10 - The xfer queue is a queue designed specifically for backing up your files to HPSS. The maximum run limit for this queue is 12 (this is not a per user limit, but the gloabl limit for all jobs in this queue). xfer jobs run on a login node (hopper11), instead of compute nodes.
11 - Jobs in the killable queue are subject to being killed by system reservations or other special higher priority jobs. On the other hand, jobs can start even if requested walltime extends past a scheduled maintenance.
12 - The serial queue is implemented differently from the other queues in this table. The ranking is independent, max user queuable is 200. 15 large memory (64GB each) are reserved for this queue.
Notes about queue policies
- Do NOT submit scripts directly to an execution queue. Always use the submit queue name.
- If you have reached the run limit in an execution queue, then the queued limit becomes zero.
- There is a limit of 500 submitted jobs per execution queue per user.
- There is a limit of 100 total running jobs in the reg_long queue from all users.
- The debug and interactive queues are to be used for code development, testing, and debugging. Production runs are not permitted in the debug queue. User accounts are subject to suspension if they are determined to be using the debug queue for production computing. In particular, job "chaining" in the debug queue is not allowed. Chaining is defined as using a batch script to submit another batch script.
- The intent of the premium queue is to allow for faster turnaround before conferences and urgent project deadlines. It should be used with care, since it costs twice the regular queues.
- User jobs can only be submitted to the scavenger queue when charged against a repository with a negative balance. If a user has multiple repositories, the user should add the line "#PBS -A <repo>" to the jobscript in order to specify which repo a job is to be charged against.
- A number of nodes are reserved daily for debugging and interactive jobs. 512 nodes (12,288 cores), 5 am - 6 pm Pacific time; and 128 nodes (1,536 cores), 6 pm - 5 am next day Paicific time.
- User jobs should not be in "user hold" status for 14 or more days. Jobs over the user held limit will be removed from the system.

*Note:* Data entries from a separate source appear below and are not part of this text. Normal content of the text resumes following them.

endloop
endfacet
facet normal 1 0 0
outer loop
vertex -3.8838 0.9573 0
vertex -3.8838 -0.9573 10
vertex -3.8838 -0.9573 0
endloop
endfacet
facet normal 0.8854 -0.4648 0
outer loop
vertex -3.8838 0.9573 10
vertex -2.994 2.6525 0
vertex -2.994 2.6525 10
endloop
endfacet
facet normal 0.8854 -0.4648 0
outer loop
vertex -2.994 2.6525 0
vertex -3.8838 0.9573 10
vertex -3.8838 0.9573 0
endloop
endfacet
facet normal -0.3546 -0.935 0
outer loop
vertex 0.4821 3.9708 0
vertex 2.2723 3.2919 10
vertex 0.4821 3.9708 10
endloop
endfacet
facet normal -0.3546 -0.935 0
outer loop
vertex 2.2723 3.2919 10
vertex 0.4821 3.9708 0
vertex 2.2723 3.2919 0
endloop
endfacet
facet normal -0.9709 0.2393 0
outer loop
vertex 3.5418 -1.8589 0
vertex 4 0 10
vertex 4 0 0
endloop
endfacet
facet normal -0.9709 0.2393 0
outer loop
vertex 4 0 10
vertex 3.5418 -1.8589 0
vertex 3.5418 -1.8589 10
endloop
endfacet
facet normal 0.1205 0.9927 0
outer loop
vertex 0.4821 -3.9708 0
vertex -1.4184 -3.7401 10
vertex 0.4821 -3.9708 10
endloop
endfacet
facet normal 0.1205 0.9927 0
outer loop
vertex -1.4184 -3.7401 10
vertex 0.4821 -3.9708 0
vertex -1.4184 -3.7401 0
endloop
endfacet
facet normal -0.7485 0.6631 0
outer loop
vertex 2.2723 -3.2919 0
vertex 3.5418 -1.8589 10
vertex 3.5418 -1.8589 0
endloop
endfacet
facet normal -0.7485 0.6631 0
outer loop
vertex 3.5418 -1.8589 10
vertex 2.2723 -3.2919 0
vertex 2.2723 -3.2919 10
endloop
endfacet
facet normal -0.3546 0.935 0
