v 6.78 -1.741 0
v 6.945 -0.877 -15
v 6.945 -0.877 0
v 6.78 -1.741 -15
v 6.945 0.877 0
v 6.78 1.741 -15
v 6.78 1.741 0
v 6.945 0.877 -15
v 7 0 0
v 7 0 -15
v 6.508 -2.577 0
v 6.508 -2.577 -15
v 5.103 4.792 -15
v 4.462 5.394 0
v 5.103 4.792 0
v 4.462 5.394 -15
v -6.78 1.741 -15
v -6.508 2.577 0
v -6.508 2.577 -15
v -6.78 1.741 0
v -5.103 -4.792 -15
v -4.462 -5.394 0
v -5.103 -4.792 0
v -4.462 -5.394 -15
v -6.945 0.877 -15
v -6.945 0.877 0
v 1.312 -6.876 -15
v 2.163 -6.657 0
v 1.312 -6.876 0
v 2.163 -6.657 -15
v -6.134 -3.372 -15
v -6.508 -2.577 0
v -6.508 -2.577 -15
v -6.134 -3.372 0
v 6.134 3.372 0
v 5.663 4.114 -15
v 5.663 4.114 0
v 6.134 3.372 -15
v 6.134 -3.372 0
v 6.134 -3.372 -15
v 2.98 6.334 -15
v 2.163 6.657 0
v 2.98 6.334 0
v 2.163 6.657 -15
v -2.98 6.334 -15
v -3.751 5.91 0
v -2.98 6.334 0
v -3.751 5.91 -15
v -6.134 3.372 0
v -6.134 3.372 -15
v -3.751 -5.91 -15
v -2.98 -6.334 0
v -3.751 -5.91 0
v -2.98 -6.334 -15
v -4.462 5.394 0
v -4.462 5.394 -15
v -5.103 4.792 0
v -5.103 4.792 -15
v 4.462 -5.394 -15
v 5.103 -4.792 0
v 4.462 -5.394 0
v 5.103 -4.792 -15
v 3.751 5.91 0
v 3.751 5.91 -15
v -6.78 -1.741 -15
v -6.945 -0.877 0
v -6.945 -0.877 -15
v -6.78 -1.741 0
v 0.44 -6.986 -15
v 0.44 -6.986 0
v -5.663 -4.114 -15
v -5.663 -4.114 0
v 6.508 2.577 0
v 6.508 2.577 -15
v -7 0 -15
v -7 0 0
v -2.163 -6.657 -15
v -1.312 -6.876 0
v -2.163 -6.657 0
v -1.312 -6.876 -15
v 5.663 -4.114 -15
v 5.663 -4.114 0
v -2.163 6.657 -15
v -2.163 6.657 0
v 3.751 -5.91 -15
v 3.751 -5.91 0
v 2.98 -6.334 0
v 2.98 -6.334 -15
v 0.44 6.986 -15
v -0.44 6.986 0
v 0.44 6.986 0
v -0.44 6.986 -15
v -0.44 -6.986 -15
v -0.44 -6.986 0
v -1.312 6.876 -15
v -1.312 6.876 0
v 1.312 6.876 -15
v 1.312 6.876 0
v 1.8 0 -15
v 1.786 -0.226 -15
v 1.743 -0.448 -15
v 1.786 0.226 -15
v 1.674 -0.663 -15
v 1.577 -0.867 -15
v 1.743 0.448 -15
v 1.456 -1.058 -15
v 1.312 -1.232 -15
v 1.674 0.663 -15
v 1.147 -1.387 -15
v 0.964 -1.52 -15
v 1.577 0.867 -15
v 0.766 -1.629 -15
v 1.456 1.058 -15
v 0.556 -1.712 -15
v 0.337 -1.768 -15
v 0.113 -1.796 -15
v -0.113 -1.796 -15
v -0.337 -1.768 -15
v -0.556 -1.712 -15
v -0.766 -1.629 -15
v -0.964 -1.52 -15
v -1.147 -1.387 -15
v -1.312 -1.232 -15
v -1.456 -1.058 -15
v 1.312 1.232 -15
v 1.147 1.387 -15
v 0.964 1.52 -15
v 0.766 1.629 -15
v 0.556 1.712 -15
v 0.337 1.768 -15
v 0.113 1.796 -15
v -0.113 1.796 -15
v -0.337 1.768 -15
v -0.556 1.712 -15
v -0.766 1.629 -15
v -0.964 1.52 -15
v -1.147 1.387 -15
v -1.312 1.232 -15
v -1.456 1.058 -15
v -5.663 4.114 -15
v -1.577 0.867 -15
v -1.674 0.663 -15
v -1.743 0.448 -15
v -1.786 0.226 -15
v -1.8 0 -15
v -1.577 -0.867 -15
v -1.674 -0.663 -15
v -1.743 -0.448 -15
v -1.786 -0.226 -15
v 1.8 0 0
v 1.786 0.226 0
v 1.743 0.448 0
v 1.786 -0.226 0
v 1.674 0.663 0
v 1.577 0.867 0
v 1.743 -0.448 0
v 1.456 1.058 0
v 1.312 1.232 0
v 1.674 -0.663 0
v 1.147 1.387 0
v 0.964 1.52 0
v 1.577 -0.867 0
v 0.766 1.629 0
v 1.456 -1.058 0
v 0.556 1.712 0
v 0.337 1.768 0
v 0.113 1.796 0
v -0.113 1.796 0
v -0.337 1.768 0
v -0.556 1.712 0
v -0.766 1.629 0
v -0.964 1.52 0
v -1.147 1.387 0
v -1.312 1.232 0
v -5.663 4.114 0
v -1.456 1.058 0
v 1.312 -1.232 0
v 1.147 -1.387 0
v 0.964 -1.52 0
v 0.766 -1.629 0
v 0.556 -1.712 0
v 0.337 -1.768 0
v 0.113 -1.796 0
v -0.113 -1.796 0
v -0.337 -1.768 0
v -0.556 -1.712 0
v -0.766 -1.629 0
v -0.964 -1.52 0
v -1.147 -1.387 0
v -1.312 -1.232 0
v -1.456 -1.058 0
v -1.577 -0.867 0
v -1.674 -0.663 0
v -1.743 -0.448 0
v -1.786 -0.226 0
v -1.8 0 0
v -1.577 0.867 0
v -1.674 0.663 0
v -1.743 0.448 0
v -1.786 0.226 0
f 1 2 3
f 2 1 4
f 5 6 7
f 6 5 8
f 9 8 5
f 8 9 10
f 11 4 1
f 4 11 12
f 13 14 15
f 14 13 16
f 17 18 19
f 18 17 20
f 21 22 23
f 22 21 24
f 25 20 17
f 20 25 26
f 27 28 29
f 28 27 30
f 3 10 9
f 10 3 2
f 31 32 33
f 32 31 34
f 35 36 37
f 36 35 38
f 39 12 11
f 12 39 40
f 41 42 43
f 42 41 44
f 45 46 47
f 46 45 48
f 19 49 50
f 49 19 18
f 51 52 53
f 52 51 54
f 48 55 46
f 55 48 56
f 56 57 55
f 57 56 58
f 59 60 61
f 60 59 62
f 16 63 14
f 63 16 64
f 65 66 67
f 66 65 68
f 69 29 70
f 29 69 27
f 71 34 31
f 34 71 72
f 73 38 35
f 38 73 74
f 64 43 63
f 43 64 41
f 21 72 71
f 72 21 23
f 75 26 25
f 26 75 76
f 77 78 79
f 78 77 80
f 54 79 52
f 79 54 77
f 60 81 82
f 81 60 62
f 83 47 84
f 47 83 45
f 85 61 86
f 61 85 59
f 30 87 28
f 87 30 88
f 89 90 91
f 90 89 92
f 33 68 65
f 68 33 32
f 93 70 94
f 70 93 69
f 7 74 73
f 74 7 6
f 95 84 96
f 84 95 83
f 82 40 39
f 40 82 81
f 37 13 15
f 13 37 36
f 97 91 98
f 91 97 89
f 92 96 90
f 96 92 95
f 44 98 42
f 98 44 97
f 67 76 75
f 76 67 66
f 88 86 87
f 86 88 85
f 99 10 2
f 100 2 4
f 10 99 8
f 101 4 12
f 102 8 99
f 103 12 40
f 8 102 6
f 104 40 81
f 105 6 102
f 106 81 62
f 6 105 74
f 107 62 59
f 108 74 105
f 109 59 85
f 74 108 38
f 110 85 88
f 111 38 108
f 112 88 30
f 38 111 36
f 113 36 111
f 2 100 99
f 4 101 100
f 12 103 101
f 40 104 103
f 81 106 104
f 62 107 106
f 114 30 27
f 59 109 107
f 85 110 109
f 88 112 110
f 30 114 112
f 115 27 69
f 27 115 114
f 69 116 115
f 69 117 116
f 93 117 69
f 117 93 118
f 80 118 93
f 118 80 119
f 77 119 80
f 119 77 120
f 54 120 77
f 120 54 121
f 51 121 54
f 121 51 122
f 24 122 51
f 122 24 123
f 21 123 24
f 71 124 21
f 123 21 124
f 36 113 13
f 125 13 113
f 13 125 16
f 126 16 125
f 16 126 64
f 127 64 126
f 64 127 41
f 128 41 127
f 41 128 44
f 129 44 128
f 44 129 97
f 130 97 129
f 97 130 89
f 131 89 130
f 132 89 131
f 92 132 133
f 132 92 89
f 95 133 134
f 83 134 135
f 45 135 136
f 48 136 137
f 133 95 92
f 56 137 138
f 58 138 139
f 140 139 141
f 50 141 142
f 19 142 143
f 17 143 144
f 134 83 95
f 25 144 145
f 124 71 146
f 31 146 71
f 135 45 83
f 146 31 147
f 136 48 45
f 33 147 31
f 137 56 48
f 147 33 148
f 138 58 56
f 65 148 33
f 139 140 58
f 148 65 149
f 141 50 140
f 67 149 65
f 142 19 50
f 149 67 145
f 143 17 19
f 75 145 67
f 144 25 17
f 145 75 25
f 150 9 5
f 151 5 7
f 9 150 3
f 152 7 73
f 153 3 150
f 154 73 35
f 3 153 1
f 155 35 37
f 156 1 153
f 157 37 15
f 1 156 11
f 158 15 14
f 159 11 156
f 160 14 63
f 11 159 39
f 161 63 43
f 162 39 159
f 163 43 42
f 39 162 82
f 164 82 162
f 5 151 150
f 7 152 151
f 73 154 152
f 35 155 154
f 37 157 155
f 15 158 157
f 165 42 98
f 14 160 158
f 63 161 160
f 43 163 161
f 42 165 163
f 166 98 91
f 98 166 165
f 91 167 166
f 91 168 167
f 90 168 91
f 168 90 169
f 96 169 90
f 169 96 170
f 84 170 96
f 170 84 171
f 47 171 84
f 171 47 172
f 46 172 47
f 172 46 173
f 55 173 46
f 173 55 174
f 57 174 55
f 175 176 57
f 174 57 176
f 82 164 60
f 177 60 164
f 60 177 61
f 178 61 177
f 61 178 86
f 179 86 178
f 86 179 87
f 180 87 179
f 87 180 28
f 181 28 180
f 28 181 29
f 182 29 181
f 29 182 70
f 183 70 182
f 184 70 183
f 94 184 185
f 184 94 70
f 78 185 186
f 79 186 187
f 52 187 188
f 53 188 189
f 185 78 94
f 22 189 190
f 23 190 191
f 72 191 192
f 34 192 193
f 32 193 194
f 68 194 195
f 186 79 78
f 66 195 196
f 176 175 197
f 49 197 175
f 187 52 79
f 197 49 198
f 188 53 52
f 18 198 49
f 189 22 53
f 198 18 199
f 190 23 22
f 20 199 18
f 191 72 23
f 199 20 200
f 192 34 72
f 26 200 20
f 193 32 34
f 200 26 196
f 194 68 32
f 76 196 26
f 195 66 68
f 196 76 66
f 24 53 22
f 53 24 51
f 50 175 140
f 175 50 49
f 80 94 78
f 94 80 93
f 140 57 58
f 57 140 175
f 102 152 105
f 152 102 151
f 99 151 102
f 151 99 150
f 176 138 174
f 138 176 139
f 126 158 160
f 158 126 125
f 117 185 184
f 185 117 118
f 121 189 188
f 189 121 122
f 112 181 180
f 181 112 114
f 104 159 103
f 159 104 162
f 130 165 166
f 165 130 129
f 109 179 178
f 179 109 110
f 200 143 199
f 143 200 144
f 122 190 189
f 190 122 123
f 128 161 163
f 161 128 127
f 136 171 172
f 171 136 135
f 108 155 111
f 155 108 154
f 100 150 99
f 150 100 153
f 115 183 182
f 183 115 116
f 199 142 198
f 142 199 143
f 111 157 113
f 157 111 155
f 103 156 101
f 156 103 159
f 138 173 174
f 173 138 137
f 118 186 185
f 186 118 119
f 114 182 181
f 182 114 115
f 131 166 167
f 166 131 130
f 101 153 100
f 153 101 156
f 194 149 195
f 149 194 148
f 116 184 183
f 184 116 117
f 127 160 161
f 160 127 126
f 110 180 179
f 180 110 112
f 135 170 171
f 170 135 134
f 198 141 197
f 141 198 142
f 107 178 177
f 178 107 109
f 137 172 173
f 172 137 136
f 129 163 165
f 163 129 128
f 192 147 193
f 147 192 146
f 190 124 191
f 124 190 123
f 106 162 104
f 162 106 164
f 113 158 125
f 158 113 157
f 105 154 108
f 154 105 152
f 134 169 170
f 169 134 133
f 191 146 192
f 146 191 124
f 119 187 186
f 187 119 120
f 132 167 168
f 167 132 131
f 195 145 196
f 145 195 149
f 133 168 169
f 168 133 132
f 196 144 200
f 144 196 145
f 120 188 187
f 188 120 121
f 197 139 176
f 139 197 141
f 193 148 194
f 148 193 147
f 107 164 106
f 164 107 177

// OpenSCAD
$fn = 50;


difference() {
	union() {
		translate(v = [0, 0, -15.0000000000]) {
			cylinder(h = 15, r = 7.0000000000);
		}
		cylinder(h = 0, r = 17.0000000000);
	}
	union() {
		#translate(v = [0, 0, -15]) {
			cylinder(h = 15, r = 1.8000000000);
		}
	}
}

Tips for getting your job through the queue faster
- Submit shorter jobs. If your application has the capability to checkpoint and restart, consider submitting your job for shorter time periods. On a system as large as Hopper there are many opportunities for backfilling jobs. Backfill is a technique the scheduler uses to keep the system busy. If there is a large job at the top of the queue the system will need to drain resources in order to schedule that job. During that time, short jobs can run. Jobs that qualify for reg_short are good candidates for backfill.
- Make sure the wall clock time you request is accurate. As noted above, shorter jobs are easier to schedule. Many users unnecessarily enter the largest wall clock time possible as a default.
- Run jobs before a system maintenance. A system must drain all jobs before a maintenance so there is an opportunity for good turn around for shorter jobs.